Tagesstrip heißt: konstant Leistung bringen
Klar, König hat schon gezeigt, dass er das in der FAZ ein paar Wochen hinkriegt. Und der Vorgänger „Vervirte Zeiten“ arbeitete ähnlich, die fortlaufende Story bestand aber zunächst vor allem im roten Corona-Faden. Die Strips aus „Abba Hallo!“ hingegen sind eine knappe Jahresdistanz. Ganz anderes Kaliber. Da sind verkaterte Tage dabei, Tage mit Schnupfen, Fieber. Sicher, man kann vorproduzieren, aber was ist, wenn ausgerechnet der Vorproduktions-Tag voll Grippe ist? Und die fortlaufende Story? Das können nicht viele.

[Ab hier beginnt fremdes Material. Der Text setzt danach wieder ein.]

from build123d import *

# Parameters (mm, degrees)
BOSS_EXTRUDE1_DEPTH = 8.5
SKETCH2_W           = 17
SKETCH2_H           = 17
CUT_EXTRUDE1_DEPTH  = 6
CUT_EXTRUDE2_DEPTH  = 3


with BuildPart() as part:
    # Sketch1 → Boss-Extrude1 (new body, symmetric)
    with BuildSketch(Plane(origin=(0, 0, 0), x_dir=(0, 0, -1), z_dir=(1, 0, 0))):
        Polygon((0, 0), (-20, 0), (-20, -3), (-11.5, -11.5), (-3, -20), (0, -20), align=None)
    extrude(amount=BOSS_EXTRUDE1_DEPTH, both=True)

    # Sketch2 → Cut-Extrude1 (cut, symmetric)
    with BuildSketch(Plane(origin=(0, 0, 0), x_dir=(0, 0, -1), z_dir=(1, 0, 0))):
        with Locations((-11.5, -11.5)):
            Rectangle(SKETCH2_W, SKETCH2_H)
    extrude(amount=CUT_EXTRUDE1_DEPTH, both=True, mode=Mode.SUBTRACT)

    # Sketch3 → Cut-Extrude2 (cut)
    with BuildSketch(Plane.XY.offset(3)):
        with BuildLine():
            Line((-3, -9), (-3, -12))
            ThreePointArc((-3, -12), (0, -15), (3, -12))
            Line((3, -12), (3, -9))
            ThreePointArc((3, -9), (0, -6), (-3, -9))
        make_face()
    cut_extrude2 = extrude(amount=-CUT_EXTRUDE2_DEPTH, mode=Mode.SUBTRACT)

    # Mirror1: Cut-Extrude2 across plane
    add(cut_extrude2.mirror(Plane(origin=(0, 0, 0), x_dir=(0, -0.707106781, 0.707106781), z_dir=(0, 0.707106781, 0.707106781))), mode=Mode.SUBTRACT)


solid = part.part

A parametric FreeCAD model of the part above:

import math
import FreeCAD as App
import Part
import Sketcher

V = App.Vector


def add_polygon(sketch, points):
    """Adds a closed chain of lines whose ends are joined by coincident constraints."""
    first, n = sketch.GeometryCount, len(points)
    for a, b in zip(points, points[1:] + points[:1]):
        sketch.addGeometry(Part.LineSegment(App.Vector(*a, 0), App.Vector(*b, 0)), False)
    for i in range(n):
        sketch.addConstraint(Sketcher.Constraint("Coincident", first + i, 2, first + (i + 1) % n, 1))

doc = App.newDocument("Part")
body = doc.addObject("PartDesign::Body", "Body")

# Sketch on YZ plane
sketch1 = body.newObject("Sketcher::SketchObject", "Sketch")
sketch1.AttachmentSupport = (doc.getObject("YZ_Plane"), [""])
sketch1.MapMode = "FlatFace"
add_polygon(sketch1, [(0, 0), (0, 20), (-3, 20), (-20, 3), (-20, 0)])  # lines 0-4
sketch1.addConstraint([
    Sketcher.Constraint("Vertical", 0),
    Sketcher.Constraint("Horizontal", 1),
    Sketcher.Constraint("Vertical", 3),
    Sketcher.Constraint("Horizontal", 4),
    Sketcher.Constraint("Coincident", 4, 2, -1, 1),
    Sketcher.Constraint("Equal", 4, 0),
    Sketcher.Constraint("Equal", 1, 3),
    Sketcher.Constraint("DistanceX", 1, 2, 1, 1, 3.0),
    Sketcher.Constraint("DistanceX", 4, 1, 4, 2, 20.0),
])
pad1 = body.newObject("PartDesign::Pad", "Pad")
pad1.Profile = sketch1
pad1.Length = 17
pad1.Midplane = True

# Sketch on YZ plane
sketch2 = body.newObject("Sketcher::SketchObject", "Sketch001")
sketch2.AttachmentSupport = (doc.getObject("YZ_Plane"), [""])
sketch2.MapMode = "FlatFace"
add_polygon(sketch2, [(-3, 20), (-20, 20), (-20, 3), (-3, 3)])  # lines 0-3
sketch2.addConstraint([
    Sketcher.Constraint("Horizontal", 0),
    Sketcher.Constraint("Vertical", 1),
    Sketcher.Constraint("Horizontal", 2),
    Sketcher.Constraint("Vertical", 3),
    Sketcher.Constraint("Equal", 2, 1),
    Sketcher.Constraint("DistanceX", 0, 2, 0, 1, 17.0),
    Sketcher.Constraint("DistanceX", 0, 2, -1, 1, 20.0),
    Sketcher.Constraint("DistanceY", -1, 1, 0, 2, 20.0),
])
pocket1 = body.newObject("PartDesign::Pocket", "Pocket")
pocket1.Profile = sketch2
pocket1.Length = 12
pocket1.Midplane = True

# Sketch on XY plane
sketch3 = body.newObject("Sketcher::SketchObject", "Sketch002")
sketch3.AttachmentSupport = (doc.getObject("XY_Plane"), [""])
sketch3.MapMode = "FlatFace"
sketch3.AttachmentOffset = App.Placement(V(0, 0, 3), App.Rotation())
sketch3.addGeometry([
    Part.LineSegment(V(-3, -9, 0), V(-3, -12, 0)),
    Part.ArcOfCircle(Part.Circle(V(0, -12, 0), V(0, 0, 1), 3), math.radians(180), math.radians(360)),
    Part.LineSegment(V(3, -12, 0), V(3, -9, 0)),
    Part.ArcOfCircle(Part.Circle(V(0, -9, 0), V(0, 0, 1), 3), math.radians(0), math.radians(180)),
], False)
sketch3.addConstraint([
    Sketcher.Constraint("Tangent", 0, 2, 1, 1),
    Sketcher.Constraint("Tangent", 1, 2, 2, 1),
    Sketcher.Constraint("Tangent", 2, 2, 3, 1),
    Sketcher.Constraint("Tangent", 3, 2, 0, 1),
    Sketcher.Constraint("Vertical", 0),
    Sketcher.Constraint("Vertical", 2),
    Sketcher.Constraint("PointOnObject", 1, 3, -2),
    Sketcher.Constraint("Radius", 1, 3.0),
    Sketcher.Constraint("DistanceY", 0, 2, 0, 1, 3.0),
    Sketcher.Constraint("DistanceY", 1, 3, -1, 1, 12.0),
])
pocket2 = body.newObject("PartDesign::Pocket", "Pocket001")
pocket2.Profile = sketch3
pocket2.Length = 3
doc.recompute()

datumplane = body.newObject("PartDesign::Plane", "DatumPlane")
datumplane.Placement = App.Placement(V(0, 0, 0), App.Rotation(V(0, 0.707106781, -0.707106781), V(-1, 0, 0), V(0, 0.707106781, 0.707106781), "ZXY"))
mirrored = body.newObject("PartDesign::Mirrored", "Mirrored")
mirrored.Originals = [pocket2]
mirrored.MirrorPlane = (datumplane, [""])
body.Tip = mirrored

doc.recompute()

Auf der Suche nach Vergleichbarem landet man da schnell bei Ausnahmekünstlern wie Milton Caniff oder Alex Raymond.
Was König hilft, ist: Er ist vielseitig interessiert. Der Umgang mit Corona ist für ihn Herzenssache, und trotzdem: Wenn Konrad und Paul, sein schwules Stamm-Ehepaar, Silvester feiern, geht es Paul auf den Sack, wenn Konrad nicht einfach mal elf statt der erlaubten zehn Gäste einlädt. Dazu gibt es einen schönen Sex-Handlungsstrang, Tagespolitik, und nicht zuletzt hat König in der Vergangenheit Vieles gesammelt, das ihm jetzt nützt.
Zwischen Sofakissen und Impfdebatte
Er bleibt nicht stur bei Konrad und Paul, sondern setzt die vielen Nebenfiguren und Locations ein, die er ihnen inzwischen dazugesellt hat. Pauls Papa und Schwester Edeltraut, Konrads Exfreundin Brigitte, sein schwuler Kumpel Lutscher, und, und, und. Häufig verlegt er seine Dialoge ans Telefon, zeigt verschiedene Wohnzimmer, Arbeitszimmer, Küchen. Soll man nicht unterschätzen: All diese Zimmer und Räume brauchen Zeit, und ausdenken muss man sie sich auch. Gerade, wenn man in Farbe zeichnet: Man kann sich etwa bei König in jedem Wohnzimmer auf unterschiedlich gemusterte Sofakissen freuen.
Klar, König erfindet das Rad nicht neu. Aber man konnte nicht erwarten, dass er seine Erzählweise so gut in die Daily-Strip-Form konvertiert. Einziger Nachteil: Am Stück liest es sich nicht so gut wie im Tagesrhythmus. Weil man nach 20, 30 Seiten spürt, wie der gleichmäßige Vier-Panels-Puls eine größere Dynamik bremst. Dafür bekommt man in „Abba Hallo!“ etwas völlig Unerwartetes: eine historische Dimension. Ebenfalls doppelt.
König als Quelle für Historiker
Nummer Eins: der Mundschutz. Mit dem sind wir doch drei Jahre lang rumgerannt. Aber professionell erzählt wird davon praktisch nicht. Tatort, Polizeiruf, Kinofilme, TV-Serien – den Mundschutz sieht man allenfalls im OP-Saal von „In aller Freundschaft“. Drei Jahre lang spielten alle Erzählungen irgendwann vor oder nach Corona, nur nicht: 2019-22. Weil jeder Mundschutz fehlt. Während der Pandemie wurde niemand ermordet, hat sich niemand verliebt, gab es keine Politthriller oder Liebesdramen. Die wohl einzigen Geschichten, in denen der Mundschutz nicht ausgeblendet wird, sind – bei Ralf König. Und dann wäre da noch Nummer Zwei: Putin.
Weil alles ja Herbstwinter 2021/22 spielt, ahnt man, dass Wladimir Ohnehemd doch irgendwann mal in die Ukraine einmarschieren muss. Ein unverhoffter Spannungsbogen, der zugleich dokumentiert, wie wenig man noch unmittelbar vor dem Überfall den drohenden Krieg als reale Möglichkeit wahrnahm. Kann man im Nachhinein kaum glauben, aber wenn Historiker künftig einen Beleg dafür in Echtzeit suchen – „Abba Hallo!“ ist dafür ideal.